Literature Review Notes | ECO
23 October 2020As mentioned in the previous post, I did not know how to generate embeddings for $n$-gram glossary terms. This paper can hopefully shed light on how to approach this problem.
Efficient, Compositional, Order-Sensitive $n$-gram Embeddings
The ECO method creates decompositional embeddings for words offline and combines them to create new embeddings for phrases in real time. Upside: ECO can create embeddings for phrases not seen during training.
Word2Vec model
Word2Vec consists of four possible models: CBOW (Continuous Bag-of-Words) with hierarchical softmax or negative sampling, and SG (Skip-Gram) with the same choices. The former predicts a single word $w$ surrounded by the given context, the latter context words given $w$. Given a token $s_j$, we calculate the log-probability (softmax over inner products of the embeddings of the two tokens) of the context words $s_k$, $k \in [j - c, 0) \cup (0, j + c]$ for a window size $c$ (half of context size) and average across all $s_j \in s$, and finally average again across all $s \in S$, which gives us:
\[\frac{1}{|S|}\sum_{s \in S}\frac{1}{|s|}\sum_j\sum_k\log(p(s_k|s_j))\]with probability distribution:
\[p(s_k | s_j) = \frac{\exp(\langle v_{s_k}^{out}, v_{s_j}\rangle)}{\exp(\sum_{w \in W}\langle v_w^{out}, v_{s_j} \rangle)}\]where $v$ and $v_{out}$ denote input and output representations of a word. The concept of input v.s. output confused me, but this StackExchange thread cleared it up a bit. First we map the input one-hot vectors to word embeddings, and then map the hidden layer to the output vector of vocabulary size.
Rudimentary approaches
- Treat an $n$-gram as a single word: just preprocess text and run Word2Vec accordingly; cannot embed unkown $n$-grams even if each of the words actually appeared in the raining corpus
- Simple average over embeddings: compute embedding for each word and average them; does not take into account the ordering of words in the $n$-gram
ECO
Based off of SG, we are going to define SE (Skip-Embeddings) that will split up the context around a word into multiple categories. Parametrize each word $w$ with $2c$ embeddings each with their own objective function:
\[\frac{1}{|S|}\sum_{s \in S}\frac{1}{|s|}\sum_j\log(p(s_k|s_j))\]where $s_k$ is the word $i$ positions away from $s_j$ in $s$, $i \in [-c, 0) \cup (0, c]$, and a negative $i$ means to the left, positive to the right of $w$. The new probability distribution is:
\[p(s_k | s_j) = \frac{\exp(\langle v_{s_k}^{i_{out}}, v_{s_j}^i\rangle)}{\exp(\sum_{w \in W}\langle v_w^{i_{out}}, v_{s_j}^i \rangle)}\]All $2c$ of these decompositional embeddings created per word are SEs. Since a skip-embedding only accounts for a single token of distance $i$ from $w$, the dimensionality of $v_w^i$ should be kept to $d/2c$ (as opposed to $d$ as used by Word2Vec). Each SE is trained with only $d/2c$ parameters.
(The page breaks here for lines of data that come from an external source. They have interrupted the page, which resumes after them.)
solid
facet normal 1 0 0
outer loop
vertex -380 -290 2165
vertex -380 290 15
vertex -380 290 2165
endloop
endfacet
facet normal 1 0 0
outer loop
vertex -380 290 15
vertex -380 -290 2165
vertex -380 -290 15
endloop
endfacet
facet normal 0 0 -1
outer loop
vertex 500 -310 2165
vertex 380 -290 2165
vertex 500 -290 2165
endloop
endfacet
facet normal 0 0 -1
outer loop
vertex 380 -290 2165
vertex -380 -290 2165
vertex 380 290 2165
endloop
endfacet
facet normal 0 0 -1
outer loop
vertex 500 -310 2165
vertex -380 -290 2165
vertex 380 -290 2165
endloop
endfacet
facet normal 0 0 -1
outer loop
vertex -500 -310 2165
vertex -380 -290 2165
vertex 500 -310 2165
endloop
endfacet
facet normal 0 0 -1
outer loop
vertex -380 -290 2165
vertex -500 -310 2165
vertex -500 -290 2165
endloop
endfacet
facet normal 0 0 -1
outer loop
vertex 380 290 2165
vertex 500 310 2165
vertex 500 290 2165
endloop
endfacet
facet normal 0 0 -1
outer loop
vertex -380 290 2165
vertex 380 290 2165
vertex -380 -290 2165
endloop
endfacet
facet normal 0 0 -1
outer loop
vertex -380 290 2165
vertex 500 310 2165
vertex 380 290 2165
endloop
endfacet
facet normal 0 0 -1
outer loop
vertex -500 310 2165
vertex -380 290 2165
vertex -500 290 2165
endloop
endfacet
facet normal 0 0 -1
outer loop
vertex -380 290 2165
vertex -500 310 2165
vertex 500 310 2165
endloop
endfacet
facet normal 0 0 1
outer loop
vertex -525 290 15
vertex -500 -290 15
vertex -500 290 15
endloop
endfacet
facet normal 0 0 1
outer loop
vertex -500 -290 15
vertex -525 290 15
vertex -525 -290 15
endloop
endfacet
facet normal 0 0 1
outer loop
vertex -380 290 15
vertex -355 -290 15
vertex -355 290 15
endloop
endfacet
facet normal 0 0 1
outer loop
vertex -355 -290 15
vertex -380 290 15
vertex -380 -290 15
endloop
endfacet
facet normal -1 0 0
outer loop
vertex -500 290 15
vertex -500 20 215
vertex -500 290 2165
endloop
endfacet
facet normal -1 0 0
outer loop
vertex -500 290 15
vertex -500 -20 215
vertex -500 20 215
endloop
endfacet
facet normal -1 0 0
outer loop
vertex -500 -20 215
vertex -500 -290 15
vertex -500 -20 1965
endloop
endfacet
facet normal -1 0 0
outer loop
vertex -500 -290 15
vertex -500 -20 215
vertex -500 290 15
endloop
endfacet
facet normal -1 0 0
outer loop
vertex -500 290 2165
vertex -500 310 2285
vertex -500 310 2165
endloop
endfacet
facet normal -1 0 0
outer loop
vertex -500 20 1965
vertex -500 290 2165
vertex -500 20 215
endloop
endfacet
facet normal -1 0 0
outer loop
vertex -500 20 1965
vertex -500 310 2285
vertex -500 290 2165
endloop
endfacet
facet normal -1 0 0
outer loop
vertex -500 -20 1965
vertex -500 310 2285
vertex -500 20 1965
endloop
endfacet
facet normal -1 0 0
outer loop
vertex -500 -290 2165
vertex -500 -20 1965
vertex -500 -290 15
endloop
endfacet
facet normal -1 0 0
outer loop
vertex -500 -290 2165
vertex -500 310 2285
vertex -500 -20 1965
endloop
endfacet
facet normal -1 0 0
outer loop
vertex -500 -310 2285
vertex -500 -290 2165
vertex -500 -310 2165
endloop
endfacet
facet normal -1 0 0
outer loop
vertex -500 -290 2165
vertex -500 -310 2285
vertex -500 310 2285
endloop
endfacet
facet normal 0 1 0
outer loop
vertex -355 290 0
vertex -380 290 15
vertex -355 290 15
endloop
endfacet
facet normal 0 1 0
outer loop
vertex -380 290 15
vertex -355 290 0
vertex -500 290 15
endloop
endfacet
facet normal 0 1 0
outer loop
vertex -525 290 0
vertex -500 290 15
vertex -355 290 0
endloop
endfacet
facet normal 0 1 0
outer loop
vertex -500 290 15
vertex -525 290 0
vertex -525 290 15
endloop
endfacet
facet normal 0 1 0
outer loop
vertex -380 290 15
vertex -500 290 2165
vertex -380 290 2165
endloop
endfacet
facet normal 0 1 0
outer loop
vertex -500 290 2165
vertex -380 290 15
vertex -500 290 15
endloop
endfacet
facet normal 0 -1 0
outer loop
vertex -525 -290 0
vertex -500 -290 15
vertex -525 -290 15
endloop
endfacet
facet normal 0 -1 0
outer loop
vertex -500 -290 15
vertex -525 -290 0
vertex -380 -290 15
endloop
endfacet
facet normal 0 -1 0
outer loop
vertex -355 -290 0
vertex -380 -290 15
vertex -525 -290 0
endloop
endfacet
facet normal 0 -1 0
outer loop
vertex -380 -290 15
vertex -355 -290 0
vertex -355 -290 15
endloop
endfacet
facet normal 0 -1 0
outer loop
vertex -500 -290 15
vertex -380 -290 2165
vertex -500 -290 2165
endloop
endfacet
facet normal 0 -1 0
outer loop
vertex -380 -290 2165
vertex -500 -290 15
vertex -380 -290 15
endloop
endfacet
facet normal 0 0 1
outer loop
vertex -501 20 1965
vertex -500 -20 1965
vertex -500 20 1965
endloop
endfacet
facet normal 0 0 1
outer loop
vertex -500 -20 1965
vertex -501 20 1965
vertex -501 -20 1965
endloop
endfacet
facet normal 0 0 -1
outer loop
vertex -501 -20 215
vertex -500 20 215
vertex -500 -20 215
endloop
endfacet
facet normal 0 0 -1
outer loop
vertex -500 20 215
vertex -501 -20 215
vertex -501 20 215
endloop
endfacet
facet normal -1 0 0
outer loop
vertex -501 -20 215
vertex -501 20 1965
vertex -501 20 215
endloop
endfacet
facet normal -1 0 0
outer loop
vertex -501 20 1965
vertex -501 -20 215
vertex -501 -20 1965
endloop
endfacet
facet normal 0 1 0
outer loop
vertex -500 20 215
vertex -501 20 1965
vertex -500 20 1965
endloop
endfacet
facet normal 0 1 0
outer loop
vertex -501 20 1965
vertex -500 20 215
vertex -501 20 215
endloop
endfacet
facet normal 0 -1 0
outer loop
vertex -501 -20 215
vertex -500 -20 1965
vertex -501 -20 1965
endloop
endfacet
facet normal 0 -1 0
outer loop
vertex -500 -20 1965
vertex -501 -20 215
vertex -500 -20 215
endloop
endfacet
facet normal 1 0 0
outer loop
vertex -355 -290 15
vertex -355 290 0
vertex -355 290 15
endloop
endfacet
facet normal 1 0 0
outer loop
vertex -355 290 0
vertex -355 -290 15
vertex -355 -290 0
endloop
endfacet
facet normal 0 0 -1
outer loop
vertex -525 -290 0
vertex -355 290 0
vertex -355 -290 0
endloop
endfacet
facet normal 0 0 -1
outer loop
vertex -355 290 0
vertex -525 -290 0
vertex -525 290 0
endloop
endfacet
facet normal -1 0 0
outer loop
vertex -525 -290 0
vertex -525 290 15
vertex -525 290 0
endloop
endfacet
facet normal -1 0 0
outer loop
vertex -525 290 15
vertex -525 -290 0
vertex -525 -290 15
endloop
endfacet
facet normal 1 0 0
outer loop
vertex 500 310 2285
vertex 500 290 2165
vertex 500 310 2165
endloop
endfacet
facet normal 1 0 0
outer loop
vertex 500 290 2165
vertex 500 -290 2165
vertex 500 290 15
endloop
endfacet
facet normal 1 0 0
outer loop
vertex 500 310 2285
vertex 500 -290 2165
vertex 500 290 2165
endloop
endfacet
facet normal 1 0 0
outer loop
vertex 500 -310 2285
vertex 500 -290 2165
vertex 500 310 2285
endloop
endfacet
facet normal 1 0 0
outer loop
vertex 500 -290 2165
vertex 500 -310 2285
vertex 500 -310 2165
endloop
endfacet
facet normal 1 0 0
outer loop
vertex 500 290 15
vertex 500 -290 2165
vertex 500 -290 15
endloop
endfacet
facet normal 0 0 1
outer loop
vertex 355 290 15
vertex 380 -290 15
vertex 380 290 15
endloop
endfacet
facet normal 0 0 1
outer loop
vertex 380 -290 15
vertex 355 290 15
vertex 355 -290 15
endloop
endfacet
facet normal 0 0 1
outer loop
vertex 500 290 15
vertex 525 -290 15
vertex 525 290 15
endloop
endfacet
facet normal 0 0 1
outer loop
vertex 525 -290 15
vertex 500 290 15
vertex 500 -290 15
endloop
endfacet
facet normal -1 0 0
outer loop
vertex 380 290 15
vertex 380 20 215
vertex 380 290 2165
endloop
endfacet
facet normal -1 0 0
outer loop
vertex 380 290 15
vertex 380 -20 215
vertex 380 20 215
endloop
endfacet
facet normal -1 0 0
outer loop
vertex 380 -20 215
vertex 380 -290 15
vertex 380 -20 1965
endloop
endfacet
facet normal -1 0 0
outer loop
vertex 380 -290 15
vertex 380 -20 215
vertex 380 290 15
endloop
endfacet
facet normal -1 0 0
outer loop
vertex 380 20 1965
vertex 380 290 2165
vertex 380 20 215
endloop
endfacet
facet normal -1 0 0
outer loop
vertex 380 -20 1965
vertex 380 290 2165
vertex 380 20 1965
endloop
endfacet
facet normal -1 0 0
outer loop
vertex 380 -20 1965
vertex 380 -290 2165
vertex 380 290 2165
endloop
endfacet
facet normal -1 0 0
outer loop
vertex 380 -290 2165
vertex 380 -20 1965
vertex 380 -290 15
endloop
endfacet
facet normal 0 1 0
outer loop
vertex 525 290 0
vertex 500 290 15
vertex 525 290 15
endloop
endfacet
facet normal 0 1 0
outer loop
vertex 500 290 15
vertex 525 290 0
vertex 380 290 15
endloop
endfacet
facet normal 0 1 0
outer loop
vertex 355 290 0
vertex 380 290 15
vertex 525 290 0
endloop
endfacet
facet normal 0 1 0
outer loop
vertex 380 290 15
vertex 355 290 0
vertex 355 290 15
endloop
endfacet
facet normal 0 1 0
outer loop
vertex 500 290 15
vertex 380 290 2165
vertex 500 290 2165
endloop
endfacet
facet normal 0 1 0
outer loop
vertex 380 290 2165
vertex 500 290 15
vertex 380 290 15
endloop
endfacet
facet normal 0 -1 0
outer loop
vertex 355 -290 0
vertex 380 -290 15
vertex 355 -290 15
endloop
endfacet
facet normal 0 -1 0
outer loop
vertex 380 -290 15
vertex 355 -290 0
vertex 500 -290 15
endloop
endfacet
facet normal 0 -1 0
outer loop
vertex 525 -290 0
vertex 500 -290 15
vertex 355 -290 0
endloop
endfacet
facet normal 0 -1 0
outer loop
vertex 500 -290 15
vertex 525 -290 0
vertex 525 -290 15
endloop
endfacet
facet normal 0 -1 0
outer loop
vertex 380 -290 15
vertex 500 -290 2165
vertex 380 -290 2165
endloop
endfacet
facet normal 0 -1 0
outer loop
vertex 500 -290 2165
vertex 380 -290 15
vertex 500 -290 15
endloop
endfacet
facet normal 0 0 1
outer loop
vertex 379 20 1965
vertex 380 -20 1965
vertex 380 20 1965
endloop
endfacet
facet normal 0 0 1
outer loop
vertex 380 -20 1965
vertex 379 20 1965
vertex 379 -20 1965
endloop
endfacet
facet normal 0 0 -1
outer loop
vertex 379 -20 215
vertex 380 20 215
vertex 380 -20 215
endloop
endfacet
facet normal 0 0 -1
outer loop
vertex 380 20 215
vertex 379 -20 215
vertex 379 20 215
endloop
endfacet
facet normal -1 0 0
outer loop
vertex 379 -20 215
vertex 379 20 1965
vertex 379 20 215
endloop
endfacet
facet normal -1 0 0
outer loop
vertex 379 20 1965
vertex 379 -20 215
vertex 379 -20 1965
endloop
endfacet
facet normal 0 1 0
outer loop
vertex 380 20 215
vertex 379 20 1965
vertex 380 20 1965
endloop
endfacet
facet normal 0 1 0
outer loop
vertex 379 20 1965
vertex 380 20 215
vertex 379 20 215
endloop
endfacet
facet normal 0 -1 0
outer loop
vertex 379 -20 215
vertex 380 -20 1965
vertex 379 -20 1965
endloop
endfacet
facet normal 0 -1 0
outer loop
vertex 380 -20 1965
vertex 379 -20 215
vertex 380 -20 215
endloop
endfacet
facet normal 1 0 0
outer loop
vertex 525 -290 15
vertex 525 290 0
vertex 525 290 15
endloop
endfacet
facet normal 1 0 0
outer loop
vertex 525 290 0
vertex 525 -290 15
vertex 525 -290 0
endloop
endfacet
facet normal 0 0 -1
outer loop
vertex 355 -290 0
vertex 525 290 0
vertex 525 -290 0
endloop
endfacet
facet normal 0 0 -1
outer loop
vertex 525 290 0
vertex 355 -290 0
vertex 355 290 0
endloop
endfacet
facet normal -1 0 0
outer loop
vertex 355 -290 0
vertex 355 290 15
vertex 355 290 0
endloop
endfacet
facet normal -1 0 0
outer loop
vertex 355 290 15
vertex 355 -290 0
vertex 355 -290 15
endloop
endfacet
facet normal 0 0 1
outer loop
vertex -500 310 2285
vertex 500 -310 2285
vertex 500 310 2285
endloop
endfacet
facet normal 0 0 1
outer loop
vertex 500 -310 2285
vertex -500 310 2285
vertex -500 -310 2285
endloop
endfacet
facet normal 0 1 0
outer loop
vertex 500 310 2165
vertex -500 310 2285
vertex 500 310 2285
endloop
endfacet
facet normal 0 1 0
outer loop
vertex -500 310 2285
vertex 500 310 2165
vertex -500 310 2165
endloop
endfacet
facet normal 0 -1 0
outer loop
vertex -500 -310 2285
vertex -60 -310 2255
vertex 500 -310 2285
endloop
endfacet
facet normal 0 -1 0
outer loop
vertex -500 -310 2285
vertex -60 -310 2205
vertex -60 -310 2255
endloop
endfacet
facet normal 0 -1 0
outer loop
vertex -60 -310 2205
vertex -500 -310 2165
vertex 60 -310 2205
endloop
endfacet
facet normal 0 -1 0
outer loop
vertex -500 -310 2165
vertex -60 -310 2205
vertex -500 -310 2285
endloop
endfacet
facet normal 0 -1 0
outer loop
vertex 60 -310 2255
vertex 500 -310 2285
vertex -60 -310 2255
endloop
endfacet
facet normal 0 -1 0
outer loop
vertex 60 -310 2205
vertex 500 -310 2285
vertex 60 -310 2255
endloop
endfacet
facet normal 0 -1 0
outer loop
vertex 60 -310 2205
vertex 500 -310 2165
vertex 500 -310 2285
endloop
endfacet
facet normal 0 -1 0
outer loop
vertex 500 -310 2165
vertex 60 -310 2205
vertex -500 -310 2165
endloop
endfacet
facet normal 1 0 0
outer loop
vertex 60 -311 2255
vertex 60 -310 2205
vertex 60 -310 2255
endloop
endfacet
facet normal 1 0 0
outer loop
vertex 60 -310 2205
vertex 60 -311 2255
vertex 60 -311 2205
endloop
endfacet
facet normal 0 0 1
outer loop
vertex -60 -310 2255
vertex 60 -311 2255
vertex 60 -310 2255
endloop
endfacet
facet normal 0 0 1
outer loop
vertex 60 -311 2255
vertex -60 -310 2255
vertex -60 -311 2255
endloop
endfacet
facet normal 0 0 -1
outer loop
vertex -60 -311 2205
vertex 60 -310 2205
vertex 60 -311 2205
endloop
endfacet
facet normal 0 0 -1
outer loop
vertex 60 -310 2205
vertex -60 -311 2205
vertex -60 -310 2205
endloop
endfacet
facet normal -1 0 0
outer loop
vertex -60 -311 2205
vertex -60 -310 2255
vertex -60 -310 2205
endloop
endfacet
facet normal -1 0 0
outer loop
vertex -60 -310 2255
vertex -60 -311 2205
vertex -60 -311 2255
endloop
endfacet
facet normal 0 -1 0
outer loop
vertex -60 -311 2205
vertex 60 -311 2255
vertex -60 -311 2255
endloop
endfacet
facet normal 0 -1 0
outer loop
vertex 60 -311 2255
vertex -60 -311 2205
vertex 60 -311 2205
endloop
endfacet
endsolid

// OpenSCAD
// ============================================================================
// Parametric 3D Model: Walk-Through Metal Detector (WTMD)
// OpenSCAD Reference Project File
// ============================================================================

// Main Parameters
passage_width = 760;
passage_height = 2000;
panel_depth = 580;
panel_width = 120;
panel_height = 2150;
base_thickness = 15;
base_overhang = 50;

console_height = 120;
console_depth = 620;
console_width = passage_width + (2 * panel_width);

module base_plate() {
    color("DimGray")
    translate([-(panel_width + base_overhang)/2, -panel_depth/2, 0])
    cube([panel_width + base_overhang, panel_depth, base_thickness]);
}

module vertical_panel() {
    color("DarkSlateGray")
    translate([-panel_width/2, -panel_depth/2, base_thickness])
    cube([panel_width, panel_depth, panel_height]);
    
    // Decorative LED strip indicator slot
    color("DodgerBlue")
    translate([-panel_width/2 - 1, -20, base_thickness + 200])
    cube([2, 40, panel_height - 400]);
}

module top_console() {
    color("Silver")
    translate([-console_width/2, -console_depth/2, base_thickness + panel_height])
    cube([console_width, console_depth, console_height]);
    
    // Display screen placeholder
    color("Black")
    translate([-60, -console_depth/2 - 1, base_thickness + panel_height + 40])
    cube([120, 2, 50]);
}

module wtmd_assembly() {
    // Left Base & Panel
    translate([-passage_width/2 - panel_width/2, 0, 0]) {
        base_plate();
        vertical_panel();
    }
    
    // Right Base & Panel
    translate([passage_width/2 + panel_width/2, 0, 0]) {
        base_plate();
        vertical_panel();
    }
    
    // Top Control Console Bridge
    top_console();
}

// Render Assembly
wtmd_assembly();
To actually embed the $n$-gram after creating these SEs, we average the SEs and divide them into two vectors: $v^{L}$ and $v^{R}$ that summarize left and right contexts of the $n$-gram independently, computed as follows:
\[v^{L}_{[w_1, w_n]} = \frac{v_{w_1}^{-n} + \ldots + v_{w_n}^{-1}}{n}\] \[v^{R}_{[w_1, w_n]} = \frac{v_{w_1}^{1} + \ldots + v_{w_n}^{n}}{n}\]Concatenate the two vectors to create a single embedding of the entire $n$-gram. Note that after concatenation we have a dimentionality of $d/c$.